US Congress Releases Secret '28 Pages' on Alleged Saudi 9/11 Ties
TEHRAN (Tasnim) - A long-classified US report released Friday found that some of the 9/11 hijackers were in contact with and received support from individuals likely connected to the Saudi government.
Known as the "28 pages," the secret document was part of a 2002 Congressional Joint Inquiry into the Sept. 11 attacks and has been classified since the report's completion, despite repeated calls for its release.
The document, which the US administration finally delivered to Congress earlier Friday, actually contains 29 pages of material, plus a letter from then-CIA Director George Tenet.
"While in the United States, some of the September 11 hijackers were in contact with, and received support or assistance from, individuals who may be connected to the Saudi Government," the document says.
The pages also say that the inquiry obtained information "indicating that Saudi Government officials in the United States may have other ties to al-Qaeda and other terrorist groups," but the commission that authored the document acknowledged that much of the info "remains speculative and yet to be independently verified."
Saudi Ambassador to the United States Abdullah Al-Saud put out a statement after the document's release Friday welcoming its publication, though he didn't address the details it contains.
"Several government agencies, including the CIA and the FBI, have investigated the contents of the '28 Pages' and have confirmed that neither the Saudi government, nor senior Saudi officials, nor any person acting on behalf of the Saudi government provided any support or encouragement for these attacks," he said. "We hope the release of these pages will clear up, once and for all, any lingering questions or suspicions about Saudi Arabia's actions, intentions, or long-term friendship with the United States."
"It should be clear that this Joint Inquiry has made no final determinations as to the reliability or sufficiency of the information," the report says.
On the one hand, the report notes, it is possible that these kinds of connections could suggest "incontrovertible evidence that there is support for these terrorists within the Saudi Government. On the other hand, it is also possible that further investigation of these allegations could reveal legitimate, and innocent, explanations for these associations."

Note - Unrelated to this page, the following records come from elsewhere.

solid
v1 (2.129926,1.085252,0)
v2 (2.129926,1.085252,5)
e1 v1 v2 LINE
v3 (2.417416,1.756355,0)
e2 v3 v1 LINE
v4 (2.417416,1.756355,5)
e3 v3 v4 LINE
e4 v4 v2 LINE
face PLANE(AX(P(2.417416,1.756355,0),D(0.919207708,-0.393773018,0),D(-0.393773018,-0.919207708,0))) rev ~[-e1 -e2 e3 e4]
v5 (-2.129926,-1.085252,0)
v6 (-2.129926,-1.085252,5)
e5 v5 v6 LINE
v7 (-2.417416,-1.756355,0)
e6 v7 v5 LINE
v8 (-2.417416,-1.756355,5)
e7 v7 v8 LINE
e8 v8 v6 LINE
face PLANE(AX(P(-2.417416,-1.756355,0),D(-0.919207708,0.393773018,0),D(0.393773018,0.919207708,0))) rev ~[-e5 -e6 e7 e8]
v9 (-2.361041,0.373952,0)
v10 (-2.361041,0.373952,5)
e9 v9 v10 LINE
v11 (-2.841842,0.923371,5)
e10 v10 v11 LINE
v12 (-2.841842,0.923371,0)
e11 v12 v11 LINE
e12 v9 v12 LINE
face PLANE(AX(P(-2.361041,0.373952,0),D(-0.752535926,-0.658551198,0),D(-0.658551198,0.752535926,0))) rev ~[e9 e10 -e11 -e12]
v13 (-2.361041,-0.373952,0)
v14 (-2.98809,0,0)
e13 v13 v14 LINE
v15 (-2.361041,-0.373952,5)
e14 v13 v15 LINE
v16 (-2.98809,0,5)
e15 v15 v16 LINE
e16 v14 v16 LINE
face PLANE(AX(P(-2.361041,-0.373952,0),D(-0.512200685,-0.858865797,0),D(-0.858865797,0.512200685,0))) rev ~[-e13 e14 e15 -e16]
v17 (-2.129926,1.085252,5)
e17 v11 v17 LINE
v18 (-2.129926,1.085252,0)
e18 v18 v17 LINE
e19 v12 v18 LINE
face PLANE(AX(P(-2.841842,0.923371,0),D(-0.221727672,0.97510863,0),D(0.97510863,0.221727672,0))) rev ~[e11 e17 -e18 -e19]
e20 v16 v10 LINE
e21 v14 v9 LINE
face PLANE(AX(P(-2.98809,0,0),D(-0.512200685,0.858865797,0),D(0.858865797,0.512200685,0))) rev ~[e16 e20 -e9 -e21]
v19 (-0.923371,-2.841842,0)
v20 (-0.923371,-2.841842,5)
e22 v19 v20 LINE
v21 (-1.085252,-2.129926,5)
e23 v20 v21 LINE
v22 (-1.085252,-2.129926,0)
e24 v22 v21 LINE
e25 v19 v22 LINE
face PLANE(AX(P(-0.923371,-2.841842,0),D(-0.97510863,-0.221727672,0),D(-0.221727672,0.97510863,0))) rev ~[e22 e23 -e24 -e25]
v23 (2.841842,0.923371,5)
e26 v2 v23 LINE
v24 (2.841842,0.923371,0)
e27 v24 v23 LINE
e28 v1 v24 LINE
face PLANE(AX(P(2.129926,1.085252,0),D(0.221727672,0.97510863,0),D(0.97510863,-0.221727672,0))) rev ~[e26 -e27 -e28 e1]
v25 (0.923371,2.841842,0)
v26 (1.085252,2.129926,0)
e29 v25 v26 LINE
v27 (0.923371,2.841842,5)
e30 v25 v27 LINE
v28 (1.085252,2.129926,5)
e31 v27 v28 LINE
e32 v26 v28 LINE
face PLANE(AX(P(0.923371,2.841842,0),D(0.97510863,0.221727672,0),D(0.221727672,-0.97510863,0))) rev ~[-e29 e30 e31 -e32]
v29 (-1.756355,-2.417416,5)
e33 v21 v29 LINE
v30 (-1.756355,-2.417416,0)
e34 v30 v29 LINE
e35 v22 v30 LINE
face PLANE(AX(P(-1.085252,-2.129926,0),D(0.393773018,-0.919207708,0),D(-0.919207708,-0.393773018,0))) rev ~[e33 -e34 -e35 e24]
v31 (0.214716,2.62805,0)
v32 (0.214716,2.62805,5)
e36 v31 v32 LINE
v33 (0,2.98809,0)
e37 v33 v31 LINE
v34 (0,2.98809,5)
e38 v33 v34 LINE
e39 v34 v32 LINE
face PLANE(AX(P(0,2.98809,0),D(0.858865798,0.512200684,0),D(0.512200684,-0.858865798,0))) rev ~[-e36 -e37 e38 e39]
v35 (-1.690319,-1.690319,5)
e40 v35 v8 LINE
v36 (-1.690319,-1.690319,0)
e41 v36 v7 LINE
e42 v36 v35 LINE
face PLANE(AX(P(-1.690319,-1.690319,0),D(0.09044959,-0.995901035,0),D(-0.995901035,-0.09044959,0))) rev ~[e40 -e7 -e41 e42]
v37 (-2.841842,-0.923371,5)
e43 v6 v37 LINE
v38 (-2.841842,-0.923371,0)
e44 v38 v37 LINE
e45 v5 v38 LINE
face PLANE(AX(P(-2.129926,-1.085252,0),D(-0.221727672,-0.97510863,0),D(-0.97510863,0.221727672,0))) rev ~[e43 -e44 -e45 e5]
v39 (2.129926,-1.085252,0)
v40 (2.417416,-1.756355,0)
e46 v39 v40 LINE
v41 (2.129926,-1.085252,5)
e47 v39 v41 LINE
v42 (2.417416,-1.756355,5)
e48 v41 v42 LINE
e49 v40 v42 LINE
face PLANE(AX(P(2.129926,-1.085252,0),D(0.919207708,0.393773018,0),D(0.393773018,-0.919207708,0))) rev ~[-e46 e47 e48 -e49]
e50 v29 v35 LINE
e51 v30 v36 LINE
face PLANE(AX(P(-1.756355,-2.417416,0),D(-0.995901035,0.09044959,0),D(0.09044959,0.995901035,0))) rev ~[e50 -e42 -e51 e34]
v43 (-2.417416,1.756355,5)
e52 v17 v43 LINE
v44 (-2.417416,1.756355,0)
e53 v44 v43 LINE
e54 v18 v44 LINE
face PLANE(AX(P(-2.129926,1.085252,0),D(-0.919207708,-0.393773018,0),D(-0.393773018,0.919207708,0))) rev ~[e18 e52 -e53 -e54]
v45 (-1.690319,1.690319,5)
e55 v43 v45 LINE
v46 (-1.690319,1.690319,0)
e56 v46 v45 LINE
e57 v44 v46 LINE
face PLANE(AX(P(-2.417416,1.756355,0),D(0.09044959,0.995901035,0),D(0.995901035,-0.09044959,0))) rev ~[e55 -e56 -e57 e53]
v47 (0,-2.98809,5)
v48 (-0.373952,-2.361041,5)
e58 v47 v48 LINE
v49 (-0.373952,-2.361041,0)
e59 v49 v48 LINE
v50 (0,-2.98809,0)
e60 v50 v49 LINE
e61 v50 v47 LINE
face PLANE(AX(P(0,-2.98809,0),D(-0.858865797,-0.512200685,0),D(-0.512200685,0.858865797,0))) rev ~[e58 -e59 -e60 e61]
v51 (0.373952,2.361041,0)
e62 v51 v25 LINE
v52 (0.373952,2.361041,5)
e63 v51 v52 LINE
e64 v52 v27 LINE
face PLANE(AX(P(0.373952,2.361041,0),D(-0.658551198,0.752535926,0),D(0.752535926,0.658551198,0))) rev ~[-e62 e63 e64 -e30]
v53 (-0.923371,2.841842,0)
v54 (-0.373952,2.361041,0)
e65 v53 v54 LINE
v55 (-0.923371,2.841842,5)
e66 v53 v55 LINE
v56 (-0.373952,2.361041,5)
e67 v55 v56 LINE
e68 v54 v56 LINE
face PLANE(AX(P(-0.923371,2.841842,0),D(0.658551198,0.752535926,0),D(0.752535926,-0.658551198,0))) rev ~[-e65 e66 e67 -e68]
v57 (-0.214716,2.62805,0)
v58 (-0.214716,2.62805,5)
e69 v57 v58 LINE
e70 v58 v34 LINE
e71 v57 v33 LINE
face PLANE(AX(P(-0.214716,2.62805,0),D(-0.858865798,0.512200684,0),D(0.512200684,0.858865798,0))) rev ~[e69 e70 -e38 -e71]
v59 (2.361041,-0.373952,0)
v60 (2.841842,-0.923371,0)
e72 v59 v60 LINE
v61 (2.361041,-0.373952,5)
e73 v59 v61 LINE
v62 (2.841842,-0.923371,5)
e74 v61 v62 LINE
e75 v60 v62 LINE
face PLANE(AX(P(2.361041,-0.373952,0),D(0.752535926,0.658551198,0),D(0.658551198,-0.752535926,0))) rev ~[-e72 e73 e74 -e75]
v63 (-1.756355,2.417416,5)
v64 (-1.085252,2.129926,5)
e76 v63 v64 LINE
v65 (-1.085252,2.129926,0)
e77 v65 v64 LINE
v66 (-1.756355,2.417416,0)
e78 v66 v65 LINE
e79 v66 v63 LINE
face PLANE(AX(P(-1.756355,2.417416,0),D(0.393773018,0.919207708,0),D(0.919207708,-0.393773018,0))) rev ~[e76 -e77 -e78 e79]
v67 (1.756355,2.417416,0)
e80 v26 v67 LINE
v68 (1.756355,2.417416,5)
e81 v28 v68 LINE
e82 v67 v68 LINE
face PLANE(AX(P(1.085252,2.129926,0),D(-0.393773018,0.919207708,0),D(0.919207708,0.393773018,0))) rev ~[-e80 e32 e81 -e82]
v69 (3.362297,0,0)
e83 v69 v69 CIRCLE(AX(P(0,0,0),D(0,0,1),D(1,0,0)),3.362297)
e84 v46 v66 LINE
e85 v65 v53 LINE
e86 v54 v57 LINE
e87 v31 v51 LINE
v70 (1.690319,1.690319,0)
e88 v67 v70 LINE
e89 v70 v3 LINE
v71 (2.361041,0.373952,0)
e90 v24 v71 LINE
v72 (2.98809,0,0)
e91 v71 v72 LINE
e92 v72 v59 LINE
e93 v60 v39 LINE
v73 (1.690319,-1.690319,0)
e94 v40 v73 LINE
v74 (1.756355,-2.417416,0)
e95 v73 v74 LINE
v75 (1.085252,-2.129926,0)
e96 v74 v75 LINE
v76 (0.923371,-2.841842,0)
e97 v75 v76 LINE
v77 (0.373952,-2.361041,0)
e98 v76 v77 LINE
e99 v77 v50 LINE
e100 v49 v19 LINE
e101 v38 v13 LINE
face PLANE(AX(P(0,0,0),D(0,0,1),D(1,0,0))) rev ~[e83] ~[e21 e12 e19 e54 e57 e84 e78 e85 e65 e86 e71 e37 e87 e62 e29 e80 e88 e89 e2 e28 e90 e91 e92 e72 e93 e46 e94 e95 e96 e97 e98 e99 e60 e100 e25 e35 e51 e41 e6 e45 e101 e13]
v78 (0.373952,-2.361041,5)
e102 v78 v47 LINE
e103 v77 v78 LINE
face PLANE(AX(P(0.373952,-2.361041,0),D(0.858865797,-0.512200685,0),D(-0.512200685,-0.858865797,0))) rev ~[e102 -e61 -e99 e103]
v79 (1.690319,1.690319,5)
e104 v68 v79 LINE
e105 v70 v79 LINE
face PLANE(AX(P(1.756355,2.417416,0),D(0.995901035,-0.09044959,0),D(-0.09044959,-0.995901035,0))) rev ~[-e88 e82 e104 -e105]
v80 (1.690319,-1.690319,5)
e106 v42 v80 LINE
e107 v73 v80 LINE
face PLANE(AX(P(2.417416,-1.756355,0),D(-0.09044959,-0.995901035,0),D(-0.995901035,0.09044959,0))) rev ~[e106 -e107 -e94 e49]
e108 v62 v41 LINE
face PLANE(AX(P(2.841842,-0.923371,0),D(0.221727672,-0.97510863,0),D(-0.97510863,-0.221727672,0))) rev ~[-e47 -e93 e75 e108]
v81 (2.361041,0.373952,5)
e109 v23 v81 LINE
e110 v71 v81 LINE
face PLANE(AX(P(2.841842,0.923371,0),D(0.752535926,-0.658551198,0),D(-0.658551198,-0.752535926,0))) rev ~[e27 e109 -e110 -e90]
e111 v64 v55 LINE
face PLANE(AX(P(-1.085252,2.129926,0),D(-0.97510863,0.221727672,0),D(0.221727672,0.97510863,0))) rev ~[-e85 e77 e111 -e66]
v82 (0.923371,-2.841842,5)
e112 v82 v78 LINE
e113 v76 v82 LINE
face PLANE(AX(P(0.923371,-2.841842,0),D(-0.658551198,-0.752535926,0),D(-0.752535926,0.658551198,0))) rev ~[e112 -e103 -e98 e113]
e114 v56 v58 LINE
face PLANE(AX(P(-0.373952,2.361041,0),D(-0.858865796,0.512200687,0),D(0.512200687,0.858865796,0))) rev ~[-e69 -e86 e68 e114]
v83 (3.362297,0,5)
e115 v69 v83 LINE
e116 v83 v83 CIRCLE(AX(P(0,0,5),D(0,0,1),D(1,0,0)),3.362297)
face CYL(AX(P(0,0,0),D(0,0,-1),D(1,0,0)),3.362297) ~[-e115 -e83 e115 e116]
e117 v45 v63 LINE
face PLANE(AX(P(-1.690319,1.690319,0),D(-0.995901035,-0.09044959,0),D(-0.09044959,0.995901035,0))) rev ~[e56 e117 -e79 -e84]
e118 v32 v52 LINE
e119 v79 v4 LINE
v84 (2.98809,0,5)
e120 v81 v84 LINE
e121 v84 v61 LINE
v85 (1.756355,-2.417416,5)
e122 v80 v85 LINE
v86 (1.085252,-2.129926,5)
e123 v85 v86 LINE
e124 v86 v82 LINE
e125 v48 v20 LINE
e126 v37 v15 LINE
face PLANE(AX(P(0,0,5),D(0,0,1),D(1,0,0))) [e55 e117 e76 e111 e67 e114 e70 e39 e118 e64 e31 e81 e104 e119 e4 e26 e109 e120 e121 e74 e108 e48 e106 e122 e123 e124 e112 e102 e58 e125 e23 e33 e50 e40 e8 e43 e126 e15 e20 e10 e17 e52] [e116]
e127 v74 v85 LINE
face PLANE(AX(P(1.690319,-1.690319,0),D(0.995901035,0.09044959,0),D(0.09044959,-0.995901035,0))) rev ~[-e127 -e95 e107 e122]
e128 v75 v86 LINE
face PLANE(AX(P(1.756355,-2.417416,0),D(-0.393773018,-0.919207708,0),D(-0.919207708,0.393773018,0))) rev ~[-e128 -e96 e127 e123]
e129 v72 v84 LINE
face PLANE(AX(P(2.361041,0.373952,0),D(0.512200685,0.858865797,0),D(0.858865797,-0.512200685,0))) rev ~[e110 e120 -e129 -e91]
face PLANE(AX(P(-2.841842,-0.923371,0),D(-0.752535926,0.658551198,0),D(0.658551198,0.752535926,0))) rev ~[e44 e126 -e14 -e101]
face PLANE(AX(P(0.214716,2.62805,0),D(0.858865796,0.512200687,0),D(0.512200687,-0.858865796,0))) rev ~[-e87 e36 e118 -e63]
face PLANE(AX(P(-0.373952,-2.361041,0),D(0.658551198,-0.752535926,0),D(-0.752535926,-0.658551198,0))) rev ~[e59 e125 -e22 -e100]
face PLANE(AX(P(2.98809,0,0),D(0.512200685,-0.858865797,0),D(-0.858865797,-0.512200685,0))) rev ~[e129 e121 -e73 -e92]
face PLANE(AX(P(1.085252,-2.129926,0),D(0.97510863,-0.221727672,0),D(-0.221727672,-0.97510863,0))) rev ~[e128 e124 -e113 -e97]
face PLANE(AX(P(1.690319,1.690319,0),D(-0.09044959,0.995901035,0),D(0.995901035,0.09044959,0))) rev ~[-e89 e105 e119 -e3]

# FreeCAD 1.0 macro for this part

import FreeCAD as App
import Part
import Sketcher

V = App.Vector


def add_polygon(sketch, points):
    """Adds a closed chain of lines whose ends are joined by coincident constraints."""
    first, n = sketch.GeometryCount, len(points)
    for a, b in zip(points, points[1:] + points[:1]):
        sketch.addGeometry(Part.LineSegment(App.Vector(*a, 0), App.Vector(*b, 0)), False)
    for i in range(n):
        sketch.addConstraint(Sketcher.Constraint("Coincident", first + i, 2, first + (i + 1) % n, 1))

doc = App.newDocument("Part")
params = doc.addObject("Spreadsheet::Sheet", "Params")
for row, (alias, value) in enumerate([
    ("pad1_length", "5 mm"),
], start=1):
    params.set(f"A{row}", alias)
    params.set(f"B{row}", "=" + value)
    params.setAlias(f"B{row}", alias)

body = doc.addObject("PartDesign::Body", "Body")

# Sketch on XY plane
sketch1 = body.newObject("Sketcher::SketchObject", "Sketch")
sketch1.AttachmentSupport = (doc.getObject("XY_Plane"), [""])
sketch1.MapMode = "FlatFace"
sketch1.addGeometry(Part.Circle(V(0, 0, 0), V(0, 0, 1), 3.36), False)  # 0
add_polygon(sketch1, [(0, 2.99), (0.21, 2.63), (0.37, 2.36), (0.92, 2.84), (1.09, 2.13), (1.76, 2.42), (1.69, 1.69), (2.42, 1.76), (2.13, 1.09), (2.84, 0.92), (2.36, 0.37), (2.99, 0), (2.36, -0.37), (2.84, -0.92), (2.13, -1.09), (2.42, -1.76), (1.69, -1.69), (1.76, -2.42), (1.09, -2.13), (0.92, -2.84), (0.37, -2.36), (0, -2.99), (-0.37, -2.36), (-0.92, -2.84), (-1.09, -2.13), (-1.76, -2.42), (-1.69, -1.69), (-2.42, -1.76), (-2.13, -1.09), (-2.84, -0.92), (-2.36, -0.37), (-2.99, 0), (-2.36, 0.37), (-2.84, 0.92), (-2.13, 1.09), (-2.42, 1.76), (-1.69, 1.69), (-1.76, 2.42), (-1.09, 2.13), (-0.92, 2.84), (-0.37, 2.36), (-0.21, 2.63)])  # lines 1-42
sketch1.addConstraint([
    Sketcher.Constraint("Coincident", 0, 3, -1, 1),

The report also criticizes the lack of effective intelligence-sharing in the US government, highlighting an episode where a CIA memorandum "which discusses alleged financial connections between the September 11 hijackers, Saudi Government officials, and members of the Saudi Royal Family" was placed into an FBI case file and never forwarded to FBI headquarters until the memo was discovered by the inquiry.
It also says there was a lack of emphasis on intelligence-gathering directed at Saudis in the US in the time before the attacks.
"Prior to September 11th, the FBI apparently did not focus investigative resources on [redacted] Saudi nationals in the United States due to Saudi Arabia's status as an American 'ally.'"
But the report also references instances where the Saudi government was "uncooperative" in counterterrorism investigations before and after 9/11, CNN reported.
"A number of FBI agents and CIA officers complained to the Joint Inquiry about a lack of Saudi cooperation in terrorism investigations both before and after the September 11 attacks," citing one New York FBI agent who said "the Saudis have been useless and obstructionist for years."
The report details one post-9/11 episode in which an FBI agent couldn't get the Saudi government to provide information on Saudi nationals despite providing copies of the subjects' Saudi passports.
Under pressure from the victims' families and lawmakers, US President Barack Obama said in April his administration would declassify the 28 pages.
Sources told CNN ahead of the report's release that intelligence and law enforcement agencies and the State Department had all reviewed and approved the release of the pages with "minimal redactions." But the report Congress put out had multiple inked-out sections.
Still, the release of the pages on Friday was welcomed by New York Sen. Charles Schumer, who has co-sponsored a bill that opens the door for families of9/11 victims to sue foreign states and financial partners of terrorism.
"Preliminary readings show that there may well have been Saudi involvement in the terror of 9/11 both in the Saudi government and within the Saudi country, within Saudi Arabia," he told reporters in New York.
"The families who I have fought for long and hard now will be able to go to court, and soon, and if the Saudi government was complicit in 9/11 they should pay the price to the families who deserve justice," he continued. "And they should pay the price so no other government will think of playing footsie with terrorists the way the Saudi government may well have done in 2001."
Also welcoming the report's release was former Senate Intelligence Chairman Bob Graham, who has long called for the documents to be made public.
"The information in the 28 pages reinforces the belief that the 19 hijackers -- most of whom spoke little English, had limited education and had never before visited the United States -- did not act alone in perpetrating the sophisticated 9/11 plot," Graham said in a statement. "It suggests a strong linkage between those terrorists and the Kingdom of Saudi Arabia, Saudi charities, and other Saudi stakeholders. The American people should be concerned about these links."
The Saudi government itself had repeated called for the pages to be made public so that it could respond to any allegations, which it has long called unfounded.
But it noted that the decision to authorize the release "does not indicate the Intelligence Community's agreement" with the report's "accuracy or concurrence with any information it contains."